After serving in Germany during the Korean War, Irwin earned a bachelor’s in history at Lincoln Memorial University and a master’s in international law at the University of Tennessee. Collecting artifacts became a hobby. He sought out estate sales and auctions, where, as the New York Times’ Alex Traub puts it, “he found himself troubled by how a family’s sacred patrimony could be sold like scrap.”
The heart of Irwin’s work was always his own family history: Just before his grandparents’ house was torn down, Irwin was unsettled to see disorganized piles of his grandmother’s belongings—objects that had once told the story of who she was and the everyday decisions that she made. “The idea began to form in his mind that something greater lay behind his sentimentality—a whole culture and heritage that might be thrown away,” writes the Times.

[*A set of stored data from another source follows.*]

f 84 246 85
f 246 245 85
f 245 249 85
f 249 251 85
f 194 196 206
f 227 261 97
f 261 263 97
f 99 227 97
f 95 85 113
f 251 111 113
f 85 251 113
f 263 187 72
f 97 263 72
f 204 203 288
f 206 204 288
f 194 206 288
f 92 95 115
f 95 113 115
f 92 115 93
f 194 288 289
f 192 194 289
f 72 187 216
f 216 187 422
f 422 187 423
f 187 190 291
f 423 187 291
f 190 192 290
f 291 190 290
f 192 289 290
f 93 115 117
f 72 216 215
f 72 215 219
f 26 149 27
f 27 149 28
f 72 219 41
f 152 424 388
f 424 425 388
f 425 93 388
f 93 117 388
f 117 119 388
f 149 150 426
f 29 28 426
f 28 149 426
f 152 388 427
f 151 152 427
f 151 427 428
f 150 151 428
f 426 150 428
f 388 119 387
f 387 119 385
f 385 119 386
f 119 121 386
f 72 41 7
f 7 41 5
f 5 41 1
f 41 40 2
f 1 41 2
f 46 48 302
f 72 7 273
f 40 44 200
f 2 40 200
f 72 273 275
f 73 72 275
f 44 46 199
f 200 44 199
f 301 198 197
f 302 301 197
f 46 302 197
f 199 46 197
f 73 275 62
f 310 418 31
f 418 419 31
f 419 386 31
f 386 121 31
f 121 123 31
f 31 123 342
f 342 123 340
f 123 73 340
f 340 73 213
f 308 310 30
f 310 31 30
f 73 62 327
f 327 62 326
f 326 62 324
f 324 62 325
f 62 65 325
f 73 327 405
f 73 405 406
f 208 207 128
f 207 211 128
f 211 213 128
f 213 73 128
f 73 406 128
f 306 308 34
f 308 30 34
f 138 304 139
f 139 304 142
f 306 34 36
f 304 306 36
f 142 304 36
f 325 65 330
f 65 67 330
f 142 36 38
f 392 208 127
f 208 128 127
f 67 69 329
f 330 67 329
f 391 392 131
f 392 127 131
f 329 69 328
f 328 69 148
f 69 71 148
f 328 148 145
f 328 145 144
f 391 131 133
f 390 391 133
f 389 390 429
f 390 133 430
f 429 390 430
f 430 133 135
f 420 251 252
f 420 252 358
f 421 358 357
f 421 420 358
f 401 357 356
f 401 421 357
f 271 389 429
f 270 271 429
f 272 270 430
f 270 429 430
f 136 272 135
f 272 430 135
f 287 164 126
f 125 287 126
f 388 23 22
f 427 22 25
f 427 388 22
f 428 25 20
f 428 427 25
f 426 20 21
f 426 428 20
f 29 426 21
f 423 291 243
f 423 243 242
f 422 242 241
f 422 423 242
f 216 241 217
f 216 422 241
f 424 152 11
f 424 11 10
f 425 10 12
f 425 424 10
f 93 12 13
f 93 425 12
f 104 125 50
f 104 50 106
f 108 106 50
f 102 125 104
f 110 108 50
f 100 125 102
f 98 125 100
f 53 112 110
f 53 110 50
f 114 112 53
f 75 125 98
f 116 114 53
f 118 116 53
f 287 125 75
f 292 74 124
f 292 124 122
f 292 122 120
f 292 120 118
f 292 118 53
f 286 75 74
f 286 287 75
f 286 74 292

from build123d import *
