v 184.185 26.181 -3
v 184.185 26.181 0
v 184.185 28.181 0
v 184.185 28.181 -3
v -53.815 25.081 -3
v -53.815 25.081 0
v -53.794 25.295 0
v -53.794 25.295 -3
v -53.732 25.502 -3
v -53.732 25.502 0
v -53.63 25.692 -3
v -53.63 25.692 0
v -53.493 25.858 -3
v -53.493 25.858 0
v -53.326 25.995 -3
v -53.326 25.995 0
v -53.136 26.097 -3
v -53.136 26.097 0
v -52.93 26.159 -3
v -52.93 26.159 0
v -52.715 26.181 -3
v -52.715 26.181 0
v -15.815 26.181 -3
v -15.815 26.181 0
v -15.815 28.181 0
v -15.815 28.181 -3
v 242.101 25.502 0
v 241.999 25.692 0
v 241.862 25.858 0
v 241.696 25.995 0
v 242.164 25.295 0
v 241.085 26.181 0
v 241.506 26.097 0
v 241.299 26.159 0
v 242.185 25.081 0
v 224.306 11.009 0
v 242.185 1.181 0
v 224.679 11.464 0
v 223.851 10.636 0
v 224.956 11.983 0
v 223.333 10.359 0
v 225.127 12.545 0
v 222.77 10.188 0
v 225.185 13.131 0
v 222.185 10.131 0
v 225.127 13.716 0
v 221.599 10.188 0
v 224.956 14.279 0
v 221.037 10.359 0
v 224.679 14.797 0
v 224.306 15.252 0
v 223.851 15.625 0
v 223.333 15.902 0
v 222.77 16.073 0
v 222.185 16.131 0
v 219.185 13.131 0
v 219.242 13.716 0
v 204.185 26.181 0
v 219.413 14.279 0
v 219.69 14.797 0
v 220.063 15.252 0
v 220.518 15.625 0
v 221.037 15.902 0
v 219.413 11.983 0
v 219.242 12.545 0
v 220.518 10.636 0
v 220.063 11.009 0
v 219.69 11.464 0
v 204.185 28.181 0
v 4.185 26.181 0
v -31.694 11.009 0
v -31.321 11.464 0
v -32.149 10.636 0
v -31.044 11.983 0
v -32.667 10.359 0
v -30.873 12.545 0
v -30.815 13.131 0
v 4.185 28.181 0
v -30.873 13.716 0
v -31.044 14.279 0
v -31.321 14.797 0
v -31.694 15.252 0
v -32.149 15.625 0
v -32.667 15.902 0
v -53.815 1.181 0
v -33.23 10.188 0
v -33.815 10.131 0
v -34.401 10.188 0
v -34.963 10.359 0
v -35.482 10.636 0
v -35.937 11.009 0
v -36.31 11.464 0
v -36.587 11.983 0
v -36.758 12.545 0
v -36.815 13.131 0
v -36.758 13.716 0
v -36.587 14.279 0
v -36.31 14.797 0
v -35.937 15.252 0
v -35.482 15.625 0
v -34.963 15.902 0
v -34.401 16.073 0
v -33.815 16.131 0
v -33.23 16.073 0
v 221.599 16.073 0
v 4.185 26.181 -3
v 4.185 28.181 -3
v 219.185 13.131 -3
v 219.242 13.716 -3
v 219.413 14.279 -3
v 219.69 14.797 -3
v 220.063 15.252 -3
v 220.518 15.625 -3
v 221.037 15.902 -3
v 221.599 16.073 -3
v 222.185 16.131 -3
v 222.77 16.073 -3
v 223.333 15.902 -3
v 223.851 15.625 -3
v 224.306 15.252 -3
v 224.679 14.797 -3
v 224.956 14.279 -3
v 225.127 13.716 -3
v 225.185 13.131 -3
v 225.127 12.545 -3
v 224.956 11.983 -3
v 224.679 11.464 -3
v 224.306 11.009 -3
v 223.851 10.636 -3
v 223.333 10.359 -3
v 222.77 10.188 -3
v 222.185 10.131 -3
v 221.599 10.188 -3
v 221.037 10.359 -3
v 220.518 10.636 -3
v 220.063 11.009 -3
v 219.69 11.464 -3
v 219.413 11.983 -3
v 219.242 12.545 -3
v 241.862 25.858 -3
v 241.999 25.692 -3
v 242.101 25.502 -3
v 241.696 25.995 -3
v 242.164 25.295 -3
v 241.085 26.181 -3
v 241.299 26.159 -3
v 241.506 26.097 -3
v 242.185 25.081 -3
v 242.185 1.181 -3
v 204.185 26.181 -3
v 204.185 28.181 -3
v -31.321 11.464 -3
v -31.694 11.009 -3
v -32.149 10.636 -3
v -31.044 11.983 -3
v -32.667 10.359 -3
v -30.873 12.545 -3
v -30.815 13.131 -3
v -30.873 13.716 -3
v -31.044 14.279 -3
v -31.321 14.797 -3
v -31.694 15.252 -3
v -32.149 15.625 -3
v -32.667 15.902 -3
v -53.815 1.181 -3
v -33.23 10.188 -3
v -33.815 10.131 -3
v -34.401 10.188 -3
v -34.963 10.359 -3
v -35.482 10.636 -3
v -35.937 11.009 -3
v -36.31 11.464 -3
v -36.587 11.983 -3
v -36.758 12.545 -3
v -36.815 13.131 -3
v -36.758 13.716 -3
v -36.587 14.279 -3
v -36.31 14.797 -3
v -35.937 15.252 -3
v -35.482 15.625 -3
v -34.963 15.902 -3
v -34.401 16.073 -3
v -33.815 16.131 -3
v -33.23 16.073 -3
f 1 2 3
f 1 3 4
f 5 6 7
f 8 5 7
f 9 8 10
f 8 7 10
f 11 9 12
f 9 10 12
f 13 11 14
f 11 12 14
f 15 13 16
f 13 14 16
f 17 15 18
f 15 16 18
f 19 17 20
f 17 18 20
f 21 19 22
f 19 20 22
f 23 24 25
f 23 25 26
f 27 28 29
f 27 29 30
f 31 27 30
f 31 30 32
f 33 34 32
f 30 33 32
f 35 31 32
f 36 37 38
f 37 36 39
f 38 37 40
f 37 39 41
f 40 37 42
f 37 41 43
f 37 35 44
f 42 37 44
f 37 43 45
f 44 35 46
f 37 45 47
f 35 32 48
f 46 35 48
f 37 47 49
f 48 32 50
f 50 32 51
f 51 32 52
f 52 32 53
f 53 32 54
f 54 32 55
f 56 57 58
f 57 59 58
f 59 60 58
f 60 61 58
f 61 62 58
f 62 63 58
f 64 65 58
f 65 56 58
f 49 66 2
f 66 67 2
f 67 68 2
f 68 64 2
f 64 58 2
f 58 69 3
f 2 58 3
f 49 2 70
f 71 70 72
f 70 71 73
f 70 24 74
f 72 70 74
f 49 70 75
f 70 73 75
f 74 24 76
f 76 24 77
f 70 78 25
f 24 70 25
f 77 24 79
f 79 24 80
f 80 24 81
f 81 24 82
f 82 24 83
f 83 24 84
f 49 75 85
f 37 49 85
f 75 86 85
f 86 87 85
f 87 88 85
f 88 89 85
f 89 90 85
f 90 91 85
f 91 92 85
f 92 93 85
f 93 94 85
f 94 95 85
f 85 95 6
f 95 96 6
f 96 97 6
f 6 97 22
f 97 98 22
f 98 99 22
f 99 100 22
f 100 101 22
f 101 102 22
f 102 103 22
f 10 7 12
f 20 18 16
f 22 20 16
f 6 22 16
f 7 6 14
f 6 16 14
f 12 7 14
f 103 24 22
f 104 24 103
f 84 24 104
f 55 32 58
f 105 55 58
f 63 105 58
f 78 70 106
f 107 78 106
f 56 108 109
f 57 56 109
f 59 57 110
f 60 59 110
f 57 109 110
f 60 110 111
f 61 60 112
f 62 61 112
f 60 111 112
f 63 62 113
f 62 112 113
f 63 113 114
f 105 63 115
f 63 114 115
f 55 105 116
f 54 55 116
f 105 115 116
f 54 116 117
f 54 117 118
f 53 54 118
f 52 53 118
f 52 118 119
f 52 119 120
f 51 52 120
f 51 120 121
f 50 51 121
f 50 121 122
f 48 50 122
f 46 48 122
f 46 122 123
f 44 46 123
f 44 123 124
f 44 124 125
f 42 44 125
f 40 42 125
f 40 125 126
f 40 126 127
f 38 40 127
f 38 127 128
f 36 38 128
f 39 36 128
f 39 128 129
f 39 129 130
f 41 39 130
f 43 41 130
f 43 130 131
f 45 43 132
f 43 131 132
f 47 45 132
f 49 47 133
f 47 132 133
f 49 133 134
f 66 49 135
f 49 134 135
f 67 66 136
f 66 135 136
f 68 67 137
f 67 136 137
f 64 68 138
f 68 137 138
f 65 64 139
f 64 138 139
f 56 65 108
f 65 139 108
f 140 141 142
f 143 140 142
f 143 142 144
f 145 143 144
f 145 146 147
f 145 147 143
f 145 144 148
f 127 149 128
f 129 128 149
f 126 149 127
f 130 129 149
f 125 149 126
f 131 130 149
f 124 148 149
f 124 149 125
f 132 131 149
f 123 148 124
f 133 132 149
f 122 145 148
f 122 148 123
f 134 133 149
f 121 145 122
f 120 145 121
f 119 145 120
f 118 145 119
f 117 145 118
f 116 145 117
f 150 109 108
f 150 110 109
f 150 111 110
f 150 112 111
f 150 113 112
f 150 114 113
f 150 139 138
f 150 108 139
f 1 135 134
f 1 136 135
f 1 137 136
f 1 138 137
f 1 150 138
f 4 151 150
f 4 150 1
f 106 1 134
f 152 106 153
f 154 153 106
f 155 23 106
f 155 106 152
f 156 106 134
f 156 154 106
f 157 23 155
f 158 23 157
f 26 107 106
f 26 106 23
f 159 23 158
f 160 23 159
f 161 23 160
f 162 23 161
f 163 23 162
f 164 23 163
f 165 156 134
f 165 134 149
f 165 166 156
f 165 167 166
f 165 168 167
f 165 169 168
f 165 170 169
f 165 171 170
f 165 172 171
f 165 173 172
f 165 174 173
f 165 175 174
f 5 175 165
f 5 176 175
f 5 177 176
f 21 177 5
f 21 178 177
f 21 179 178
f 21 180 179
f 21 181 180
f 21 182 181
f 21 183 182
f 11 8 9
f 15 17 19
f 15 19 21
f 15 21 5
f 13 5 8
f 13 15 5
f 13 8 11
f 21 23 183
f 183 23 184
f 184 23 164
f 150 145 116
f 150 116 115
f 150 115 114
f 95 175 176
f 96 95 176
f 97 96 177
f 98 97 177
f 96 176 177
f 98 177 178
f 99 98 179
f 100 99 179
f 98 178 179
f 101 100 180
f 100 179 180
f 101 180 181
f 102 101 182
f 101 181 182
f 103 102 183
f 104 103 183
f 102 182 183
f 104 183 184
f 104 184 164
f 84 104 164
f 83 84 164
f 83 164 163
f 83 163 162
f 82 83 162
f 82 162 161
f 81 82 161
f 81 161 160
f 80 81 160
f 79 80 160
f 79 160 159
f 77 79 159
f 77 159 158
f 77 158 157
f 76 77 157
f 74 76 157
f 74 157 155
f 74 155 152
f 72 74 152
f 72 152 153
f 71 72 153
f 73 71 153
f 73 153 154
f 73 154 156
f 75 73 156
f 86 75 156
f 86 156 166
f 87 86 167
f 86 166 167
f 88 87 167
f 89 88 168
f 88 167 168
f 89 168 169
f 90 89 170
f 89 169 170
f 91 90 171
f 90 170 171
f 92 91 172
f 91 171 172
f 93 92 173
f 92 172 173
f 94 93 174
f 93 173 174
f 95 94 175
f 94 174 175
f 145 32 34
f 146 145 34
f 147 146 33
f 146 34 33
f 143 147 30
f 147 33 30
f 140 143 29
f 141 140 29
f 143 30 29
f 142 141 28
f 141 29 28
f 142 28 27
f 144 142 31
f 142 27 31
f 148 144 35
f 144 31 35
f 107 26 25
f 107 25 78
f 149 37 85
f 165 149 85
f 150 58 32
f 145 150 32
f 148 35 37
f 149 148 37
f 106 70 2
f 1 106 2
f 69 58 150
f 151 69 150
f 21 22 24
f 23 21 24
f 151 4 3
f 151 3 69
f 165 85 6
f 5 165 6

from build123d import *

# Parameters (mm, degrees)
SM_BASE_FLANGE_1_DEPTH = 3
SKETCH_4_W             = 20
SKETCH_4_H             = 3
EXTRUDE_1_DEPTH        = 2
SKETCH_5_R             = 3
CUT_EXTRUDE_1_DEPTH    = 10


# Sheet-metal steps are written as plain solids
with BuildPart() as part:
    # Sketch 1 → Базовая кромка1 (new body)
    with BuildSketch(Plane.XY):
        with BuildLine():
            Line((-52.715343227, 26.180564784), (241.084656773, 26.180564784))
            ThreePointArc((241.084656773, 26.180564784), (241.862474232, 25.858382243), (242.184656773, 25.080564784))
            Line((242.184656773, 25.080564784), (242.184656773, 1.180564784))
            Line((242.184656773, 1.180564784), (-53.815343227, 1.180564784))
            Line((-53.815343227, 1.180564784), (-53.815343227, 25.080564784))
            ThreePointArc((-53.815343227, 25.080564784), (-53.493160687, 25.858382243), (-52.715343227, 26.180564784))
        make_face()
    extrude(amount=-SM_BASE_FLANGE_1_DEPTH)

    # Эскиз4 → Бобышка-Вытянуть1 (add)
    with BuildSketch(Plane(origin=(0, 26.180564784, 0), x_dir=(1, 0, 0), z_dir=(0, 1, 0))):
        with Locations((-5.815343227, 1.5)):
            Rectangle(SKETCH_4_W, SKETCH_4_H)
        with Locations((194.184656773, 1.5)):
            Rectangle(SKETCH_4_W, SKETCH_4_H)
    extrude(amount=EXTRUDE_1_DEPTH)

    # Эскиз5 → Вырез-Вытянуть1 (cut)
    with BuildSketch(Plane(origin=(0, 0, -3), x_dir=(-1, 0, 0), z_dir=(0, 0, -1))):
        with Locations((-222.184656773, 13.130564784)):
            Circle(SKETCH_5_R)
        with Locations((33.815343227, 13.130564784)):
            Circle(SKETCH_5_R)
    extrude(amount=-CUT_EXTRUDE_1_DEPTH, mode=Mode.SUBTRACT)


solid = part.part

Irwin purchased a log house to hold his growing collection of artifacts, which quickly began attracting guests. This would become the Museum of Appalachia, which officially opened in Clinton in 1969, bringing in 600 visitors in its first year.
Two decades later, Irwin received a MacArthur Foundation grant for his efforts. The museum was granted nonprofit status in 2003, and it became a Smithsonian affiliate in 2007. Over the years, Irwin also published several books on Appalachian culture, music and history, including A People and Their Quilts, Baskets and Basketmakers in Southern Appalachia and The Unlikely Story of the Museum of Appalachia and How It Came to Be.
Today, located on around 65 acres, the museum attracts about 100,000 visitors a year. The site holds historic log cabins, gardens, more than 250,000 artifacts and a working farm with free-range animals.
Gwendolyn Midlo Hall
For many years, historians believed that detailed records of colonial-era enslaved Africans in Louisiana were lost to time. But Gwendolyn Midlo Hall disagreed. The records were lost, but they still existed. Nobody knew where they were packed away, but they could be found.
Hall, a scholar of Latin American history at Rutgers University, is best known as the historian behind a sprawling, ambitious project to record information about Louisiana’s enslaved individuals in a searchable database. When she died this year, at age 93, she had collected more than 100,000 names of enslaved people.
Born in 1929, Hall was a New Orleans native. Her father was a civil rights lawyer, and she grew up spending time in the courthouses. “My father taught me to be a revolutionary,” she told the Times-Picayune/New Orleans Advocate’s Susan Larson last year, “so I always had a sense of carrying on the family tradition.”
In 1984, Hall found herself in another courthouse in Louisiana, conducting research for a book project, when she stumbled across something extraordinary: a book that held records of hundreds of enslaved people. It was written by 18th-century notaries, who had filled it with extensive details that brought each individual to life on the page.
“I was astounded at how much information there was in the records,” she told the New York Times’ David Firestone in 2000. “In the English colonies, there was almost no information like this. The French just seemed more interested in the origins of people, who they were and where they came from. Maybe it’s because they had a much longer history of slave trading posts in Africa.”
After that day, Hall wondered what other records were waiting to be discovered. She acquired five research assistants; she traveled to France and Spain, where even more records of slavery in Louisiana were recoverable. The team eventually created a database of more than 100,000 names. In 1992, Hall also published Africans in Colonial Louisiana: The Development of Afro-Creole Culture in the 18th Century, a book based on her team’s findings.
In recent years, other researchers have incorporated her data into even larger collections of records. “Some day,” she told the Times, “people will be asking this database questions that I can’t even imagine right now.”